WORK TASK: Output the records that follow, with every character intact.

DATA:
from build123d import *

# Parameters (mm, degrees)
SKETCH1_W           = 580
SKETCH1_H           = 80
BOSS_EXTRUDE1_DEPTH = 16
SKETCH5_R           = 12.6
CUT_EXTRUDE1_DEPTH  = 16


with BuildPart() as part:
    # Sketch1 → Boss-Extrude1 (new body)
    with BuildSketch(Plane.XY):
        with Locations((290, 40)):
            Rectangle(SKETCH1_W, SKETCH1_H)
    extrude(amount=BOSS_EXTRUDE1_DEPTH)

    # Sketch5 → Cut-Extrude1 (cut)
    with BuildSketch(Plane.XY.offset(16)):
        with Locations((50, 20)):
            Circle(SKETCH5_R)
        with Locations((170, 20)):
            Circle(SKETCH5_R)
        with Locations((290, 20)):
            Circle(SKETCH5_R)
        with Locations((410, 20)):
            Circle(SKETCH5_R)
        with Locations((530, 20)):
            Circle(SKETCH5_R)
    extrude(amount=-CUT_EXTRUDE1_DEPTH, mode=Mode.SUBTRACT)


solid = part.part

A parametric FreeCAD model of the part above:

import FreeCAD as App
import Part
import Sketcher
Q = App.Units.Quantity

doc = App.newDocument("Part")
body = doc.addObject("PartDesign::Body", "Body")

# Sketch on XY plane
sketch1 = body.newObject("Sketcher::SketchObject", "Sketch")
sketch1.AttachmentSupport = (doc.getObject("XY_Plane"), [""])
sketch1.MapMode = "FlatFace"
sketch1.addGeometry([
    Part.LineSegment(App.Vector(0, 80, 0), App.Vector(0, 0, 0)),
    Part.LineSegment(App.Vector(0, 0, 0), App.Vector(580, 0, 0)),
    Part.LineSegment(App.Vector(580, 0, 0), App.Vector(580, 80, 0)),
    Part.LineSegment(App.Vector(580, 80, 0), App.Vector(0, 80, 0)),
], False)
sketch1.addConstraint([
    Sketcher.Constraint("Coincident", 0, 2, 1, 1),
    Sketcher.Constraint("Coincident", 1, 2, 2, 1),
    Sketcher.Constraint("Coincident", 2, 2, 3, 1),
    Sketcher.Constraint("Coincident", 3, 2, 0, 1),
    Sketcher.Constraint("Vertical", 0),
    Sketcher.Constraint("Horizontal", 1),
    Sketcher.Constraint("Vertical", 2),
    Sketcher.Constraint("Horizontal", 3),
    Sketcher.Constraint("Coincident", 0, 2, -1, 1),
    Sketcher.Constraint("DistanceX", 1, 1, 1, 2, Q("580 mm")),
    Sketcher.Constraint("DistanceY", 0, 2, 0, 1, Q("80 mm")),
])
pad1 = body.newObject("PartDesign::Pad", "Pad")
pad1.Profile = sketch1
pad1.Length = 16

# Sketch on XY plane
sketch2 = body.newObject("Sketcher::SketchObject", "Sketch001")
sketch2.AttachmentSupport = (doc.getObject("XY_Plane"), [""])
sketch2.MapMode = "FlatFace"
sketch2.AttachmentOffset = App.Placement(App.Vector(0, 0, 16), App.Rotation())
sketch2.addGeometry([
    Part.Circle(App.Vector(50, 20, 0), App.Vector(0, 0, 1), 13),  # 0
    Part.Circle(App.Vector(170, 20, 0), App.Vector(0, 0, 1), 13),  # 1
    Part.Circle(App.Vector(290, 20, 0), App.Vector(0, 0, 1), 13),  # 2
    Part.Circle(App.Vector(410, 20, 0), App.Vector(0, 0, 1), 13),  # 3
    Part.Circle(App.Vector(530, 20, 0), App.Vector(0, 0, 1), 13),  # 4
], False)
sketch2.addConstraint([
    Sketcher.Constraint("Equal", 0, 1),
    Sketcher.Constraint("Equal", 1, 2),
    Sketcher.Constraint("Equal", 2, 3),
    Sketcher.Constraint("Equal", 3, 4),
    Sketcher.Constraint("Horizontal", 0, 3, 1, 3),
    Sketcher.Constraint("Horizontal", 1, 3, 2, 3),
    Sketcher.Constraint("Horizontal", 2, 3, 3, 3),
    Sketcher.Constraint("Horizontal", 3, 3, 4, 3),
    Sketcher.Constraint("Diameter", 0, Q("25.2 mm")),
    Sketcher.Constraint("DistanceX", -1, 1, 0, 3, Q("50 mm")),
    Sketcher.Constraint("DistanceY", -1, 1, 0, 3, Q("20 mm")),
    Sketcher.Constraint("DistanceX", -1, 1, 1, 3, Q("170 mm")),
    Sketcher.Constraint("DistanceX", -1, 1, 2, 3, Q("290 mm")),
    Sketcher.Constraint("DistanceX", -1, 1, 3, 3, Q("410 mm")),
    Sketcher.Constraint("DistanceX", -1, 1, 4, 3, Q("530 mm")),
])
pocket1 = body.newObject("PartDesign::Pocket", "Pocket")
pocket1.Profile = sketch2
pocket1.Length = 16

doc.recompute()
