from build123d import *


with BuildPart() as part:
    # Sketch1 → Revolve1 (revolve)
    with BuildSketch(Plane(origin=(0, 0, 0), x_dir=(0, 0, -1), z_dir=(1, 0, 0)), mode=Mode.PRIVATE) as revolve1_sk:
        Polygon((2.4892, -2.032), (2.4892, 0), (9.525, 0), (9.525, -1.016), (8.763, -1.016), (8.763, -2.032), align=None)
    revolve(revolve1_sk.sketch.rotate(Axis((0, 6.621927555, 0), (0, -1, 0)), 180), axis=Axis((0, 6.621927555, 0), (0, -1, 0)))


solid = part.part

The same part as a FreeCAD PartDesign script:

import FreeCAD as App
import Part
import Sketcher
Q = App.Units.Quantity


def add_polygon(sketch, points):
    """Adds a closed chain of lines whose ends are joined by coincident constraints."""
    first, n = sketch.GeometryCount, len(points)
    for a, b in zip(points, points[1:] + points[:1]):
        sketch.addGeometry(Part.LineSegment(App.Vector(*a, 0), App.Vector(*b, 0)), False)
    for i in range(n):
        sketch.addConstraint(Sketcher.Constraint("Coincident", first + i, 2, first + (i + 1) % n, 1))

doc = App.newDocument("Part")
body = doc.addObject("PartDesign::Body", "Body")

# Sketch on YZ plane
sketch1 = doc.addObject("Sketcher::SketchObject", "Sketch")
body.addObject(sketch1)
sketch1.AttachmentSupport = (doc.YZ_Plane, [""])
sketch1.MapMode = "FlatFace"
add_polygon(sketch1, [(0, -2.4892), (-2.032, -2.4892), (-2.032, -8.763), (-1.016, -8.763), (-1.016, -9.525), (0, -9.525)])  # lines 0-5
sketch1.addConstraint([
    Sketcher.Constraint("Horizontal", 0),
    Sketcher.Constraint("Vertical", 1),
    Sketcher.Constraint("Horizontal", 2),
    Sketcher.Constraint("Vertical", 3),
    Sketcher.Constraint("Horizontal", 4),
    Sketcher.Constraint("Vertical", 5),
    Sketcher.Constraint("PointOnObject", 4, 2, -2),
    Sketcher.Constraint("Equal", 2, 4),
    Sketcher.Constraint("DistanceX", 0, 2, 0, 1, Q("0.08 in")),
    Sketcher.Constraint("DistanceY", 3, 2, 3, 1, Q("0.03 in")),
    Sketcher.Constraint("DistanceY", 1, 2, 1, 1, Q("0.247 in")),
    Sketcher.Constraint("DistanceY", 0, 2, -1, 1, Q("0.098 in")),
])
revolution = doc.addObject("PartDesign::Revolution", "Revolution")
body.addObject(revolution)
revolution.Profile = sketch1
revolution.ReferenceAxis = (sketch1, ["H_Axis"])
revolution.Angle = 360

doc.recompute()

EXERCISE OUTPUT:
from build123d import *

# Parameters (mm, degrees)
SKETCH1_W           = 580
SKETCH1_H           = 80
BOSS_EXTRUDE1_DEPTH = 16
SKETCH5_R           = 12.6
CUT_EXTRUDE1_DEPTH  = 16


with BuildPart() as part:
    # Sketch1 → Boss-Extrude1 (new body)
    with BuildSketch(Plane.XY):
        with Locations((290, 40)):
            Rectangle(SKETCH1_W, SKETCH1_H)
    extrude(amount=BOSS_EXTRUDE1_DEPTH)

    # Sketch5 → Cut-Extrude1 (cut)
    with BuildSketch(Plane.XY.offset(16)):
        with Locations((50, 20)):
            Circle(SKETCH5_R)
        with Locations((170, 20)):
            Circle(SKETCH5_R)
        with Locations((290, 20)):
            Circle(SKETCH5_R)
        with Locations((410, 20)):
            Circle(SKETCH5_R)
        with Locations((530, 20)):
            Circle(SKETCH5_R)
    extrude(amount=-CUT_EXTRUDE1_DEPTH, mode=Mode.SUBTRACT)


solid = part.part

A parametric FreeCAD model of the part above:

import FreeCAD as App
import Part
import Sketcher
Q = App.Units.Quantity

doc = App.newDocument("Part")
body = doc.addObject("PartDesign::Body", "Body")

# Sketch on XY plane
sketch1 = body.newObject("Sketcher::SketchObject", "Sketch")
sketch1.AttachmentSupport = (doc.getObject("XY_Plane"), [""])
sketch1.MapMode = "FlatFace"
sketch1.addGeometry([
    Part.LineSegment(App.Vector(0, 80, 0), App.Vector(0, 0, 0)),
    Part.LineSegment(App.Vector(0, 0, 0), App.Vector(580, 0, 0)),
    Part.LineSegment(App.Vector(580, 0, 0), App.Vector(580, 80, 0)),
    Part.LineSegment(App.Vector(580, 80, 0), App.Vector(0, 80, 0)),
], False)
sketch1.addConstraint([
    Sketcher.Constraint("Coincident", 0, 2, 1, 1),
    Sketcher.Constraint("Coincident", 1, 2, 2, 1),
    Sketcher.Constraint("Coincident", 2, 2, 3, 1),
    Sketcher.Constraint("Coincident", 3, 2, 0, 1),
    Sketcher.Constraint("Vertical", 0),
    Sketcher.Constraint("Horizontal", 1),
    Sketcher.Constraint("Vertical", 2),
    Sketcher.Constraint("Horizontal", 3),
    Sketcher.Constraint("Coincident", 0, 2, -1, 1),
    Sketcher.Constraint("DistanceX", 1, 1, 1, 2, Q("580 mm")),
    Sketcher.Constraint("DistanceY", 0, 2, 0, 1, Q("80 mm")),
])
pad1 = body.newObject("PartDesign::Pad", "Pad")
pad1.Profile = sketch1
pad1.Length = 16

# Sketch on XY plane
sketch2 = body.newObject("Sketcher::SketchObject", "Sketch001")
sketch2.AttachmentSupport = (doc.getObject("XY_Plane"), [""])
sketch2.MapMode = "FlatFace"
sketch2.AttachmentOffset = App.Placement(App.Vector(0, 0, 16), App.Rotation())
sketch2.addGeometry([
    Part.Circle(App.Vector(50, 20, 0), App.Vector(0, 0, 1), 13),  # 0
    Part.Circle(App.Vector(170, 20, 0), App.Vector(0, 0, 1), 13),  # 1
    Part.Circle(App.Vector(290, 20, 0), App.Vector(0, 0, 1), 13),  # 2
    Part.Circle(App.Vector(410, 20, 0), App.Vector(0, 0, 1), 13),  # 3
    Part.Circle(App.Vector(530, 20, 0), App.Vector(0, 0, 1), 13),  # 4
], False)
sketch2.addConstraint([
    Sketcher.Constraint("Equal", 0, 1),
    Sketcher.Constraint("Equal", 1, 2),
    Sketcher.Constraint("Equal", 2, 3),
    Sketcher.Constraint("Equal", 3, 4),
    Sketcher.Constraint("Horizontal", 0, 3, 1, 3),
    Sketcher.Constraint("Horizontal", 1, 3, 2, 3),
    Sketcher.Constraint("Horizontal", 2, 3, 3, 3),
    Sketcher.Constraint("Horizontal", 3, 3, 4, 3),
    Sketcher.Constraint("Diameter", 0, Q("25.2 mm")),
    Sketcher.Constraint("DistanceX", -1, 1, 0, 3, Q("50 mm")),
    Sketcher.Constraint("DistanceY", -1, 1, 0, 3, Q("20 mm")),
    Sketcher.Constraint("DistanceX", -1, 1, 1, 3, Q("170 mm")),
    Sketcher.Constraint("DistanceX", -1, 1, 2, 3, Q("290 mm")),
    Sketcher.Constraint("DistanceX", -1, 1, 3, 3, Q("410 mm")),
    Sketcher.Constraint("DistanceX", -1, 1, 4, 3, Q("530 mm")),
])
pocket1 = body.newObject("PartDesign::Pocket", "Pocket")
pocket1.Profile = sketch2
pocket1.Length = 16

doc.recompute()
from build123d import *


with BuildPart() as part:
    # Sketch1 → Revolve1 (revolve)
    with BuildSketch(Plane(origin=(0, 0, 0), x_dir=(0, 0, -1), z_dir=(1, 0, 0)), mode=Mode.PRIVATE) as revolve1_sk:
        Polygon((2.4892, -2.032), (2.4892, 0), (9.525, 0), (9.525, -1.016), (8.763, -1.016), (8.763, -2.032), align=None)
    revolve(revolve1_sk.sketch.rotate(Axis((0, 6.621927555, 0), (0, -1, 0)), 180), axis=Axis((0, 6.621927555, 0), (0, -1, 0)))


solid = part.part

The same part as a FreeCAD PartDesign script:

import FreeCAD as App
import Part
import Sketcher
Q = App.Units.Quantity


def add_polygon(sketch, points):
    """Adds a closed chain of lines whose ends are joined by coincident constraints."""
    first, n = sketch.GeometryCount, len(points)
    for a, b in zip(points, points[1:] + points[:1]):
        sketch.addGeometry(Part.LineSegment(App.Vector(*a, 0), App.Vector(*b, 0)), False)
    for i in range(n):
        sketch.addConstraint(Sketcher.Constraint("Coincident", first + i, 2, first + (i + 1) % n, 1))

doc = App.newDocument("Part")
body = doc.addObject("PartDesign::Body", "Body")

# Sketch on YZ plane
sketch1 = doc.addObject("Sketcher::SketchObject", "Sketch")
body.addObject(sketch1)
sketch1.AttachmentSupport = (doc.YZ_Plane, [""])
sketch1.MapMode = "FlatFace"
add_polygon(sketch1, [(0, -2.4892), (-2.032, -2.4892), (-2.032, -8.763), (-1.016, -8.763), (-1.016, -9.525), (0, -9.525)])  # lines 0-5
sketch1.addConstraint([
    Sketcher.Constraint("Horizontal", 0),
    Sketcher.Constraint("Vertical", 1),
    Sketcher.Constraint("Horizontal", 2),
    Sketcher.Constraint("Vertical", 3),
    Sketcher.Constraint("Horizontal", 4),
    Sketcher.Constraint("Vertical", 5),
    Sketcher.Constraint("PointOnObject", 4, 2, -2),
    Sketcher.Constraint("Equal", 2, 4),
    Sketcher.Constraint("DistanceX", 0, 2, 0, 1, Q("0.08 in")),
    Sketcher.Constraint("DistanceY", 3, 2, 3, 1, Q("0.03 in")),
    Sketcher.Constraint("DistanceY", 1, 2, 1, 1, Q("0.247 in")),
    Sketcher.Constraint("DistanceY", 0, 2, -1, 1, Q("0.098 in")),
])
revolution = doc.addObject("PartDesign::Revolution", "Revolution")
body.addObject(revolution)
revolution.Profile = sketch1
revolution.ReferenceAxis = (sketch1, ["H_Axis"])
revolution.Angle = 360

doc.recompute()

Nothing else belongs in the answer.